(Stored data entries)
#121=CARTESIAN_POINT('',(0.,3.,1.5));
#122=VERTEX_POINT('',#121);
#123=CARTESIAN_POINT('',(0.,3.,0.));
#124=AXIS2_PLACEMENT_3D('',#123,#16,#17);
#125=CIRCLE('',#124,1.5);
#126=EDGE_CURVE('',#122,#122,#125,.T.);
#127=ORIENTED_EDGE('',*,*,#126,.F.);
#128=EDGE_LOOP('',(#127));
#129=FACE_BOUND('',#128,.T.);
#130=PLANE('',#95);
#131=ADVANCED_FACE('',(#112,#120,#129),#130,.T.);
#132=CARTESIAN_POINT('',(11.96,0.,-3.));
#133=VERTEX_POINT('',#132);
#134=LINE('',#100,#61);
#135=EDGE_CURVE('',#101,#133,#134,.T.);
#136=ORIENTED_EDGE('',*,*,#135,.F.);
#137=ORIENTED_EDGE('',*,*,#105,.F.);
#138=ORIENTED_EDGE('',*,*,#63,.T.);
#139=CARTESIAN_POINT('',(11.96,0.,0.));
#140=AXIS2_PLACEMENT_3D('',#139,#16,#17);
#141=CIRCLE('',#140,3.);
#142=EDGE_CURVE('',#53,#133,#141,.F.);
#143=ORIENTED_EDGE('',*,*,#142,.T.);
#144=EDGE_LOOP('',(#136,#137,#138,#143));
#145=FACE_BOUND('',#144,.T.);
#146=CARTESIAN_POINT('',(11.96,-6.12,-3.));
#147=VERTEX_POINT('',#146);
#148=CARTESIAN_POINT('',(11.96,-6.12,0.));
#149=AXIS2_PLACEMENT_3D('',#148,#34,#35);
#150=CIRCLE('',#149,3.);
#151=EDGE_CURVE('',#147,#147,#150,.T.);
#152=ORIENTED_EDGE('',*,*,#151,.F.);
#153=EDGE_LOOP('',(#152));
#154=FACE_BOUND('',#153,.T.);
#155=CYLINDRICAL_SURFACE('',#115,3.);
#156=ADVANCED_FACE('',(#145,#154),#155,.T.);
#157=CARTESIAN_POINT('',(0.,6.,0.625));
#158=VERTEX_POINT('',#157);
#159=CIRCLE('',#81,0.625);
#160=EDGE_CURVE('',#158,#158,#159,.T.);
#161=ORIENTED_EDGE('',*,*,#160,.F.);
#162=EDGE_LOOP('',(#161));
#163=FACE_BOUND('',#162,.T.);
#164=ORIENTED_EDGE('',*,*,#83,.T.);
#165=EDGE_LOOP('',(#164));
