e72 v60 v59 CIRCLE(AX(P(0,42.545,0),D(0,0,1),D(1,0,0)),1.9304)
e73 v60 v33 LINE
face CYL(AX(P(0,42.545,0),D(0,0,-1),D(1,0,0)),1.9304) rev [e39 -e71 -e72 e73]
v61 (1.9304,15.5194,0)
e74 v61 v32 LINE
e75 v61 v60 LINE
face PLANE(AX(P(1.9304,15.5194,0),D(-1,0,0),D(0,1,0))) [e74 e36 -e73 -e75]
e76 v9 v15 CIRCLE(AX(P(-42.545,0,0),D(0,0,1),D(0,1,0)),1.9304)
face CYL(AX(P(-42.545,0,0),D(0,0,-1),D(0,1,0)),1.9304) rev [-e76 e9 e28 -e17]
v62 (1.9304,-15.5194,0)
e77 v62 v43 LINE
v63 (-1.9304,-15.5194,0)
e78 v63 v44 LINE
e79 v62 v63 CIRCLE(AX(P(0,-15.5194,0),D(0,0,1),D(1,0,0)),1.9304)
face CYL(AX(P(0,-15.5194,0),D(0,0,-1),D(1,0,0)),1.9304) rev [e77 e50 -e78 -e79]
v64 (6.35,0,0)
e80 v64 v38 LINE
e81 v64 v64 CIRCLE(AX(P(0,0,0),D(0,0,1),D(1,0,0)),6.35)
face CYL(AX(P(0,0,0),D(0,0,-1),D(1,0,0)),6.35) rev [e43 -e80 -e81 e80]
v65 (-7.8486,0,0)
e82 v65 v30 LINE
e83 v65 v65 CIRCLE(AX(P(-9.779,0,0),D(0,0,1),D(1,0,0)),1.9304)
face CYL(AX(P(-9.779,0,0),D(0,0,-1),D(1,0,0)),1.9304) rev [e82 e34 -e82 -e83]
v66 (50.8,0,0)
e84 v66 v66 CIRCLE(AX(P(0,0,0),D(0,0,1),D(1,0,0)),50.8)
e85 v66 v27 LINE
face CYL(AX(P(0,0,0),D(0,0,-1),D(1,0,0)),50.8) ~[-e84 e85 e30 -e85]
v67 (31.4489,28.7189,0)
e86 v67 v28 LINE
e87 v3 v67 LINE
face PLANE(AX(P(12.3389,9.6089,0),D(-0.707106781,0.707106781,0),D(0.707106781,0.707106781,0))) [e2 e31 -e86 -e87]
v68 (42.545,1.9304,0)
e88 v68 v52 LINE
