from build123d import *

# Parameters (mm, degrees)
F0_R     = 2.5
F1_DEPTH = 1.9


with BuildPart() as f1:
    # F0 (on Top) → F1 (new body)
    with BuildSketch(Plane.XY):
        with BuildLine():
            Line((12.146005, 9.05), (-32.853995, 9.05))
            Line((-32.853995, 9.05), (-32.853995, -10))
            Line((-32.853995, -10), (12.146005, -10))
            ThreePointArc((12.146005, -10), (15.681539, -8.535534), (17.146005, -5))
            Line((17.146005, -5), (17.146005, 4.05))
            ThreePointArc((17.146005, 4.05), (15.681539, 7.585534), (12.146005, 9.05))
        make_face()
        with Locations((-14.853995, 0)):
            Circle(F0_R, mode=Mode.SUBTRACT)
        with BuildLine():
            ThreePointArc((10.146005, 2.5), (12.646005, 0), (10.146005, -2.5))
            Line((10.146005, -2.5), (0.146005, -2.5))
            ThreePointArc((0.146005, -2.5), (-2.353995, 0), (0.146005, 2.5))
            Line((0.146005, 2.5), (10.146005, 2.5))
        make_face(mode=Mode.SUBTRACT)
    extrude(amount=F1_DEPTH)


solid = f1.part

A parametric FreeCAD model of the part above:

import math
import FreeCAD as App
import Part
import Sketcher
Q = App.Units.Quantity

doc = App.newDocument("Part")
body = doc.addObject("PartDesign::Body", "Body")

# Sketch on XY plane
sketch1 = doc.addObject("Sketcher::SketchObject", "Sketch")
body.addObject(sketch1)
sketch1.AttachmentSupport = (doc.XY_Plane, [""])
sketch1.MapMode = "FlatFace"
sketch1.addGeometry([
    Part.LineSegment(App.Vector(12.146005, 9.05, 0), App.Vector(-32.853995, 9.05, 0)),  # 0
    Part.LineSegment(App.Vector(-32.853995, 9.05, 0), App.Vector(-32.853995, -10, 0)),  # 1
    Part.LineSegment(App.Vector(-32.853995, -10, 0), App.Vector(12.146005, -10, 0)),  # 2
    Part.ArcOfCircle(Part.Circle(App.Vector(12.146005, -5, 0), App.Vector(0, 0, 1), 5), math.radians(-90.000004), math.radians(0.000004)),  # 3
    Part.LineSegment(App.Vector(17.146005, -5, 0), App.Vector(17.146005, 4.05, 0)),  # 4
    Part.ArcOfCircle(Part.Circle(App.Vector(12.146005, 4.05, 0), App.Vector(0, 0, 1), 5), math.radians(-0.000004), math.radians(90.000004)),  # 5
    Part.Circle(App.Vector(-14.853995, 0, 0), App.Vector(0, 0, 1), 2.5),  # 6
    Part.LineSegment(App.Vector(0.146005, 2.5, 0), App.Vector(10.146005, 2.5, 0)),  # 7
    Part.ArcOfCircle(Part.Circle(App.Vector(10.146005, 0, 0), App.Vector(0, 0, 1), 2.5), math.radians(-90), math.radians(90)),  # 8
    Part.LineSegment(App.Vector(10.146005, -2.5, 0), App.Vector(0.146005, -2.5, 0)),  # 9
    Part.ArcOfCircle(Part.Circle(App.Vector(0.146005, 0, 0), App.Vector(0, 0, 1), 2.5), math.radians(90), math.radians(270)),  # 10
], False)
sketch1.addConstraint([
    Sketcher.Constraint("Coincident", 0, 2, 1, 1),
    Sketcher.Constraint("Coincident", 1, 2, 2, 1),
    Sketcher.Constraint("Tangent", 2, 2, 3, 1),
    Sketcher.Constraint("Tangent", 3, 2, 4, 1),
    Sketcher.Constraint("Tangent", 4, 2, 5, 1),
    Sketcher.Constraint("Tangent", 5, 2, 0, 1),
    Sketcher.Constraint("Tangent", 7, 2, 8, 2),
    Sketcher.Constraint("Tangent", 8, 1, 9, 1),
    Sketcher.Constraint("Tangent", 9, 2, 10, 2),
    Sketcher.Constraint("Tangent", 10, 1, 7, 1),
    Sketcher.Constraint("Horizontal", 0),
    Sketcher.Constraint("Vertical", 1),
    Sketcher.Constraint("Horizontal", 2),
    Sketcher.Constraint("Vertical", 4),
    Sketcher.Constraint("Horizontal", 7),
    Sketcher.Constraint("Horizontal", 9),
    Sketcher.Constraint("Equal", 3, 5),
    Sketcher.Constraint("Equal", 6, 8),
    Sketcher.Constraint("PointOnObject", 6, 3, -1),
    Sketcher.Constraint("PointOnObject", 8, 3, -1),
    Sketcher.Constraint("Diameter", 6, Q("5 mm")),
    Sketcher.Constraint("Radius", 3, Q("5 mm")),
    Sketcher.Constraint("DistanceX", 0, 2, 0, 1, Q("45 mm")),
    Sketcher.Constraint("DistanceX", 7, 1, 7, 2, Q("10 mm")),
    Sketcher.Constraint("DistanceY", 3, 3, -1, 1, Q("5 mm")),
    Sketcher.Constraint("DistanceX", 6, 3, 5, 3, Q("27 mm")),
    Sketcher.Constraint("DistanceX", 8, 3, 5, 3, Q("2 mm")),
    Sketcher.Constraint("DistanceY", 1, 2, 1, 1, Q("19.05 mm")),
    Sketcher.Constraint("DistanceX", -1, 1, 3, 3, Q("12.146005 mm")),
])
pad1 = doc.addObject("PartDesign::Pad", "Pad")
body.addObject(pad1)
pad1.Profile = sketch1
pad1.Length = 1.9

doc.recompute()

WHAT YOU HAVE TO DO: Look back at the entries above. Retype the line with "e85 v66 v27 LINE", the line with "A parametric FreeCAD", and all lines in between.

WORKED SOLUTION:
e85 v66 v27 LINE
face CYL(AX(P(0,0,0),D(0,0,-1),D(1,0,0)),50.8) ~[-e84 e85 e30 -e85]
v67 (31.4489,28.7189,0)
e86 v67 v28 LINE
e87 v3 v67 LINE
face PLANE(AX(P(12.3389,9.6089,0),D(-0.707106781,0.707106781,0),D(0.707106781,0.707106781,0))) [e2 e31 -e86 -e87]
v68 (42.545,1.9304,0)
e88 v68 v52 LINE
from build123d import *

# Parameters (mm, degrees)
F0_R     = 2.5
F1_DEPTH = 1.9


with BuildPart() as f1:
    # F0 (on Top) → F1 (new body)
    with BuildSketch(Plane.XY):
        with BuildLine():
            Line((12.146005, 9.05), (-32.853995, 9.05))
            Line((-32.853995, 9.05), (-32.853995, -10))
            Line((-32.853995, -10), (12.146005, -10))
            ThreePointArc((12.146005, -10), (15.681539, -8.535534), (17.146005, -5))
            Line((17.146005, -5), (17.146005, 4.05))
            ThreePointArc((17.146005, 4.05), (15.681539, 7.585534), (12.146005, 9.05))
        make_face()
        with Locations((-14.853995, 0)):
            Circle(F0_R, mode=Mode.SUBTRACT)
        with BuildLine():
            ThreePointArc((10.146005, 2.5), (12.646005, 0), (10.146005, -2.5))
            Line((10.146005, -2.5), (0.146005, -2.5))
            ThreePointArc((0.146005, -2.5), (-2.353995, 0), (0.146005, 2.5))
            Line((0.146005, 2.5), (10.146005, 2.5))
        make_face(mode=Mode.SUBTRACT)
    extrude(amount=F1_DEPTH)


solid = f1.part

A parametric FreeCAD model of the part above:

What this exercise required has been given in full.